Homily – Fifth Sunday in Ordinary Time – Saturday Night

The Gospel today follows directly from the Beatitudes.
Jesus has just described what life in the kingdom looks like.
Now He tells us what that life is for.

“You are the salt of the earth. You are the light of the world.”

Notice what Jesus does not say.

He does not say, “Try to become salt.”
He does not say, “Work hard so that one day you may be light.”

He says: You are.

To belong to Christ is already to be visible.
Discipleship is not something that can remain hidden without contradiction.

Salt that has lost its taste is useless.
Light that is hidden is pointless.

If faith does not shape how we live,
it has lost its purpose.

The first reading from Isaiah makes this unmistakably clear.

The people are religious.
They fast.
They pray.
They perform rituals.

Yet God says something devastating: “This is not the fast that I choose.”

Why?

Because their worship has become detached from truth lived in action.
Detached from justice.
Detached from mercy.
Detached from care for the poor.

Isaiah names true religion plainly:

Sharing bread with the hungry.
Sheltering the homeless.
Clothing the naked.
Not turning away from those in need.

Then comes the promise: “Then your light shall break forth like the dawn.”

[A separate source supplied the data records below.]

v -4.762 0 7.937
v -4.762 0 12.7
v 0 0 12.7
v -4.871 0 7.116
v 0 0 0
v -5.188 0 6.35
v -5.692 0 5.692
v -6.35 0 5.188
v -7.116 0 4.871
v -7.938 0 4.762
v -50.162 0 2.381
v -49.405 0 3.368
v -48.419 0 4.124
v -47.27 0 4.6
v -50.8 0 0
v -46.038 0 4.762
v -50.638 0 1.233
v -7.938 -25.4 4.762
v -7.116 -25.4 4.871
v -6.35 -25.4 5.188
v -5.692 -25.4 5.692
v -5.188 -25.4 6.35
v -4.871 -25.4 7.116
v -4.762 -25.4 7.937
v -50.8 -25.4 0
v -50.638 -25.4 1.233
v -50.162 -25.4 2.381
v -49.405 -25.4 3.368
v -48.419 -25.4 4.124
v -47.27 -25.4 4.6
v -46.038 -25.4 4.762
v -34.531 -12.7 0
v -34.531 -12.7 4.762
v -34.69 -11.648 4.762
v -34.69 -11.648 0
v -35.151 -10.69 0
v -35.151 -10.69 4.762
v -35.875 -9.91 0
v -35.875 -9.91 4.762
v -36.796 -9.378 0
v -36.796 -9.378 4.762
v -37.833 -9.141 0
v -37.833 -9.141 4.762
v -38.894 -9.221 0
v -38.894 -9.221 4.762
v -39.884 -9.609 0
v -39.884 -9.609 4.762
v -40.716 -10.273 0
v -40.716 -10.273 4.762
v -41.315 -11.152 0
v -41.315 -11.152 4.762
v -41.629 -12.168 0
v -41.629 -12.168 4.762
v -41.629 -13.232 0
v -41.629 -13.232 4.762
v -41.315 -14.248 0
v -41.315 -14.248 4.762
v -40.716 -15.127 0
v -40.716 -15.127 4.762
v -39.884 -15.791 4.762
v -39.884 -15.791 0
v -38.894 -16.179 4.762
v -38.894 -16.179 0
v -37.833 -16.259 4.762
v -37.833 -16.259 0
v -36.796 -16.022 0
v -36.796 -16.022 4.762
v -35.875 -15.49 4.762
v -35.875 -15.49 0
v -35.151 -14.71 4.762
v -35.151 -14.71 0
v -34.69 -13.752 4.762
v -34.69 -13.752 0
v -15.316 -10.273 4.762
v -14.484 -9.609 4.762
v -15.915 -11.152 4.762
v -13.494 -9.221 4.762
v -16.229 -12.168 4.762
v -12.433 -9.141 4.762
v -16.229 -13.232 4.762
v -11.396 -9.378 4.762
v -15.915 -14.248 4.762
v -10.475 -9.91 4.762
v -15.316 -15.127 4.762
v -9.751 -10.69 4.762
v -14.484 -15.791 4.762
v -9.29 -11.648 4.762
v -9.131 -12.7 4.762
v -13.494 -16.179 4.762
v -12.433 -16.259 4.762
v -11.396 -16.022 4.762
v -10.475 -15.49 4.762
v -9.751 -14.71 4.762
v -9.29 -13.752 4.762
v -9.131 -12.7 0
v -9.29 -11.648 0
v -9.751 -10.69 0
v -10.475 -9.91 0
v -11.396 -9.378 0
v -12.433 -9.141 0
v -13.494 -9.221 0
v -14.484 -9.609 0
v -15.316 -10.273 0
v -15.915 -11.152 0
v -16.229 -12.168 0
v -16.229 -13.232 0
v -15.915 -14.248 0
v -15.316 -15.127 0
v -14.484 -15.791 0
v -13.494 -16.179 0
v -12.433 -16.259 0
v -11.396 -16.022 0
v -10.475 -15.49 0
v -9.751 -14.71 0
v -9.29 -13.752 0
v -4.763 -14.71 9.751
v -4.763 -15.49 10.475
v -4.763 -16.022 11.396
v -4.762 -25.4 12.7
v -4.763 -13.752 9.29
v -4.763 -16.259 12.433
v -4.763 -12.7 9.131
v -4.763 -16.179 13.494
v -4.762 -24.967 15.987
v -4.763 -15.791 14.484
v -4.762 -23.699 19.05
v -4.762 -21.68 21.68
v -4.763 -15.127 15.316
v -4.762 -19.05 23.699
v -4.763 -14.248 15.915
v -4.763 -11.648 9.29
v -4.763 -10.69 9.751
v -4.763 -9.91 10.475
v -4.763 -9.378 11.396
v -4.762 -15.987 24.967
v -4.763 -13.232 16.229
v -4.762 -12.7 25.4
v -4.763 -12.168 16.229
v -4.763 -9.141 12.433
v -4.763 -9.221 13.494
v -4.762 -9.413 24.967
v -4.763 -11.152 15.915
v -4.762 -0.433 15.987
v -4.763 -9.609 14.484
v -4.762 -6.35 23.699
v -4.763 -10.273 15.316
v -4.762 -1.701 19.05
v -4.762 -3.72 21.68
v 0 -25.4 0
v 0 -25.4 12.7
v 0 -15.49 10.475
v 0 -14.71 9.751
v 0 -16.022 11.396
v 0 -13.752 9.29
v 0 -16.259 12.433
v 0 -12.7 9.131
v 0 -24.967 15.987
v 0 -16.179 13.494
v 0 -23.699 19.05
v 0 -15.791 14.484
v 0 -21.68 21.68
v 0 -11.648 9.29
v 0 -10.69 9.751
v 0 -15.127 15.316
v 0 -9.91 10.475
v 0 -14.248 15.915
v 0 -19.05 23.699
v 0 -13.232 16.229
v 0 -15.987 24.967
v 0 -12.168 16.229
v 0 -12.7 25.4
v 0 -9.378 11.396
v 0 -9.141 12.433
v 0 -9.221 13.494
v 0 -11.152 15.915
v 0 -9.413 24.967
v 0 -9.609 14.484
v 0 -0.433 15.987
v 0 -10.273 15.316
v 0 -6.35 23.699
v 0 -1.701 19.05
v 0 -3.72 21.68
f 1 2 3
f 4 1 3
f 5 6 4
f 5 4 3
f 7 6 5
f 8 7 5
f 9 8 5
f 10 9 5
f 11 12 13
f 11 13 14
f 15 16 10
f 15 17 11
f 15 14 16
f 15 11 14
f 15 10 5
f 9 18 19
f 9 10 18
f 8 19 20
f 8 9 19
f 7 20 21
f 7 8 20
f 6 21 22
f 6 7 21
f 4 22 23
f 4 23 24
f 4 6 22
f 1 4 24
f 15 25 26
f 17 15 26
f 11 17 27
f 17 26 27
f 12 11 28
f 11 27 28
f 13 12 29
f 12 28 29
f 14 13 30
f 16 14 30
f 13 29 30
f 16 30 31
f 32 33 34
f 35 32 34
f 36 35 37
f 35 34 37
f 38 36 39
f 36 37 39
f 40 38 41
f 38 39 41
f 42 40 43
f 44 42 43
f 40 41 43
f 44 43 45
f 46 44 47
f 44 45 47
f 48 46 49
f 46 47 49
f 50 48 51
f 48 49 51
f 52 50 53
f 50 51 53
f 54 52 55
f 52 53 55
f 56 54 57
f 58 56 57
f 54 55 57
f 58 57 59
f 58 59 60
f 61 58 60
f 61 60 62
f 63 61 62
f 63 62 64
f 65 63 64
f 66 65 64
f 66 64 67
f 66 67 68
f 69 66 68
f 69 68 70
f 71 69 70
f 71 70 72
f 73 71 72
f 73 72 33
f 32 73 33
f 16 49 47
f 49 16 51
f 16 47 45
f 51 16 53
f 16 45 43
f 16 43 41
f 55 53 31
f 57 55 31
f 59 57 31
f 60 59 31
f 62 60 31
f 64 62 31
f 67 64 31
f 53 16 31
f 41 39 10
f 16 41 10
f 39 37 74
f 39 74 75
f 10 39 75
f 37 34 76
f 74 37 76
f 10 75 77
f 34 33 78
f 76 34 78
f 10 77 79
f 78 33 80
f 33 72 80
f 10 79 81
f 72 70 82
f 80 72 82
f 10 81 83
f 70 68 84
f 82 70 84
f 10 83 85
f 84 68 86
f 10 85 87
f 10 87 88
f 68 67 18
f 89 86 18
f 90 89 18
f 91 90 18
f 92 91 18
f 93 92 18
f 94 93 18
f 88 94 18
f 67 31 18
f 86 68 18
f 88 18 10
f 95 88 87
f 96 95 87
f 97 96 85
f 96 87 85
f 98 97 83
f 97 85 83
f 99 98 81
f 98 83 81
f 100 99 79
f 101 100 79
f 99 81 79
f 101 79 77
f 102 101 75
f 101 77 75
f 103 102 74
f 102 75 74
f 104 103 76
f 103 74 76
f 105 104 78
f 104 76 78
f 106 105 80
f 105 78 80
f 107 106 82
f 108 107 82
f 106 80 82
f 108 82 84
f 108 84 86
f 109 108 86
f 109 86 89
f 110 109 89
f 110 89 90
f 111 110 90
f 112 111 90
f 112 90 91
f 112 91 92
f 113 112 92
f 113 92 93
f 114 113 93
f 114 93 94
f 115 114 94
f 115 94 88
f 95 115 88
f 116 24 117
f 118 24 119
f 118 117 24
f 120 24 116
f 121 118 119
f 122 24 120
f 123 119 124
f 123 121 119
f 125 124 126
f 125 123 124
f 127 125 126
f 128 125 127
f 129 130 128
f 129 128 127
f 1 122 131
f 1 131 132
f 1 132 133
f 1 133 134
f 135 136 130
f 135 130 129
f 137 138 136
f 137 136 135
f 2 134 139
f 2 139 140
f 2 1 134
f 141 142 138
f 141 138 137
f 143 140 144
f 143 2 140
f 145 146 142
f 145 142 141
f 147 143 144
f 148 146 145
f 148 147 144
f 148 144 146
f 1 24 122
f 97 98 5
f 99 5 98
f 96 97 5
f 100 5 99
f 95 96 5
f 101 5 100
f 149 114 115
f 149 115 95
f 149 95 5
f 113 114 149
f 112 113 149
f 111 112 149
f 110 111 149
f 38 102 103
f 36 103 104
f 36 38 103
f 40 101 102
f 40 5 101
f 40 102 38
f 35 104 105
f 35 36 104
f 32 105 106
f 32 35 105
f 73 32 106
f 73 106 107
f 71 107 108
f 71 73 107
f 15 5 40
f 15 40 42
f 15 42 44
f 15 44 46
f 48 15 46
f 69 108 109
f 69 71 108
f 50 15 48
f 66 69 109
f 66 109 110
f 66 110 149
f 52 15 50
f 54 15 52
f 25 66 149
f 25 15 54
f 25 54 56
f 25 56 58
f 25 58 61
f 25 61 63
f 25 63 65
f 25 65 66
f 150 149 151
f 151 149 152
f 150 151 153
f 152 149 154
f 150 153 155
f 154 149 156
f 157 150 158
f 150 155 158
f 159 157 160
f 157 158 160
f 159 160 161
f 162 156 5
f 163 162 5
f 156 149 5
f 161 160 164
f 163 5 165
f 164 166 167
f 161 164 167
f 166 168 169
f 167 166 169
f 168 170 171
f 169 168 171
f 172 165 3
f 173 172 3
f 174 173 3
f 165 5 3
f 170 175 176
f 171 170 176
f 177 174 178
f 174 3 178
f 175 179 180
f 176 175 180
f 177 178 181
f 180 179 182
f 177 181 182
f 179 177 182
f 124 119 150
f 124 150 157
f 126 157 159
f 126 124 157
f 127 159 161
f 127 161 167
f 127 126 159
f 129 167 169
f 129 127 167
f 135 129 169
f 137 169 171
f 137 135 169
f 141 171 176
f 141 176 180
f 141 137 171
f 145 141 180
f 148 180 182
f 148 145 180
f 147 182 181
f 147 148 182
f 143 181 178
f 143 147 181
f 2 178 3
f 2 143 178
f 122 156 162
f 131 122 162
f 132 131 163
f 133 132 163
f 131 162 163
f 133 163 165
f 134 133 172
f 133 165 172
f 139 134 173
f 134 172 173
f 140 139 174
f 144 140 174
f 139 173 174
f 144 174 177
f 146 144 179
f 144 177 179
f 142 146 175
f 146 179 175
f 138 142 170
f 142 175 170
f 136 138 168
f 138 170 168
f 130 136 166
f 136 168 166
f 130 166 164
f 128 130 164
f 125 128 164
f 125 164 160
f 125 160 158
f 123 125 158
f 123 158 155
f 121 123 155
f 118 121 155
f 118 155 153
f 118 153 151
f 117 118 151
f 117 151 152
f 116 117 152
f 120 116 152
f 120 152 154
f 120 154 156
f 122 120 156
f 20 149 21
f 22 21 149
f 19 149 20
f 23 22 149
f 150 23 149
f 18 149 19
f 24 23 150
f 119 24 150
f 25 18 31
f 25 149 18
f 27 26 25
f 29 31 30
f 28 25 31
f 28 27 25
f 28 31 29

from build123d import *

# Parameters (mm, degrees)
BOSS_EXTRUDE1_START        = -25.4
BOSS_EXTRUDE1_DEPTH        = 25.4
BOSS_EXTRUDE2_DEPTH        = 4.7625
M6_5_CLEARANCE_HOLE1_D     = 7.1374
M6_5_CLEARANCE_HOLE1_DEPTH = 25.4
M6_5_CLEARANCE_HOLE2_D     = 7.1374
FILLET1_R                  = 3.175


with BuildPart() as part:
    # Boss-Extrude1: read off the stored shape, not the designer's step
    # Boss-Extrude1 outline → Boss-Extrude1 (new body)
    with BuildSketch(Plane(origin=(0, 0, 0), x_dir=(1, 0, 0), z_dir=(0, 1, 0)).offset(BOSS_EXTRUDE1_START)):
        with BuildLine():
            Line((-4.7625, -4.7625), (-4.7625, 0))
            Line((-4.7625, 0), (-50.8, 0))
            ThreePointArc((-50.8, 0), (-49.405096045, -3.367596045), (-46.0375, -4.7625))
            Line((-46.0375, -4.7625), (-4.7625, -4.7625))
        make_face()
    extrude(amount=BOSS_EXTRUDE1_DEPTH)

    # Sketch2 → Boss-Extrude2 (add)
    with BuildSketch(Plane(origin=(-4.7625, 0, 0), x_dir=(0, 0, -1), z_dir=(1, 0, 0))):
        with BuildLine():
            Line((0, 0), (0, -25.4))
            Line((0, -25.4), (-12.7, -25.4))
            ThreePointArc((-12.7, -25.4), (-25.4, -12.7), (-12.7, 0))
            Line((-12.7, 0), (0, 0))
        make_face()
    extrude(amount=BOSS_EXTRUDE2_DEPTH)

    # M6.5 Clearance Hole1
    with Locations(Plane(origin=(0, 0, 0), x_dir=(-1, 0, 0), z_dir=(0, 0, -1))):
        with Locations((38.1, -12.7), (12.7, -12.7)):
            Hole(M6_5_CLEARANCE_HOLE1_D / 2, depth=M6_5_CLEARANCE_HOLE1_DEPTH)

    # M6.5 Clearance Hole2 (through all)
    with Locations(Plane.ZY.offset(4.7625)):
        with Locations((12.7, -12.7)):
            Hole(M6_5_CLEARANCE_HOLE2_D / 2)

    # Fillet1
    fillet1_edges = [part.edges().sort_by_distance(p)[0] for p in [
        (-4.7625, -12.7, 4.7625),
    ]]
    fillet(fillet1_edges, radius=FILLET1_R)


solid = part.part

Isaiah does not reject worship.
He exposes false worship.

Prayer that does not lead to love is empty.
This prepares us perfectly for the Gospel.

Jesus says the light must shine so that others may see our good works
and give glory to the Father.

Not admiration for us.
Glory for God.

Christian witness is not self-promotion.
It is transparency.

The light is not ours.
We carry it.

This is why Jesus insists that the lamp is not hidden.
It is placed on a stand so that it gives light to all.

Faith that hides itself out of fear or convenience has misunderstood its purpose.

Our lives should only make full sense if God is real.

If God were removed from the picture,
our lives should become difficult to explain.

Our priorities should look strange.
Our patience excessive.
Our forgiveness unreasonable.
Our hope unrealistic.

If our generosity can be explained without God, it is probably too small.
If our moral choices cost us nothing, they are not yet Christian.
If our hope rises and falls only with circumstances, it is not yet theological.

Faith is not an accessory added to an otherwise complete life.
It is the centre around which everything else turns.

Salt matters only when it changes the flavour.
Light matters only when it reveals what would otherwise remain unseen.

So when Jesus says, “You are the light of the world,”
He is not asking us to be impressive.

He is asking our lives to insist that
God must be real — otherwise none of this makes sense.

The second reading from St Paul keeps us from misunderstanding this.

Paul reminds the Corinthians how he came to them:

Not with cleverness.
Not with rhetorical power.
Not with philosophical display.

“I decided to know nothing among you except Jesus Christ, and him crucified.”

Paul is not rejecting intelligence.
He is rejecting the idea that truth depends on technique.

Faith does not grow because Christians are impressive, bombastic, spectacular.
It grows because the Cross is real.

Paul’s preaching is simple so that faith may rest
not on human wisdom
but on the power of God.

This is crucial in our own time.

We live in an age that claims to be anti-dogmatic.
Suspicious of truth.
Wary of doctrine.
Hostile to any claim that something is finally and objectively true.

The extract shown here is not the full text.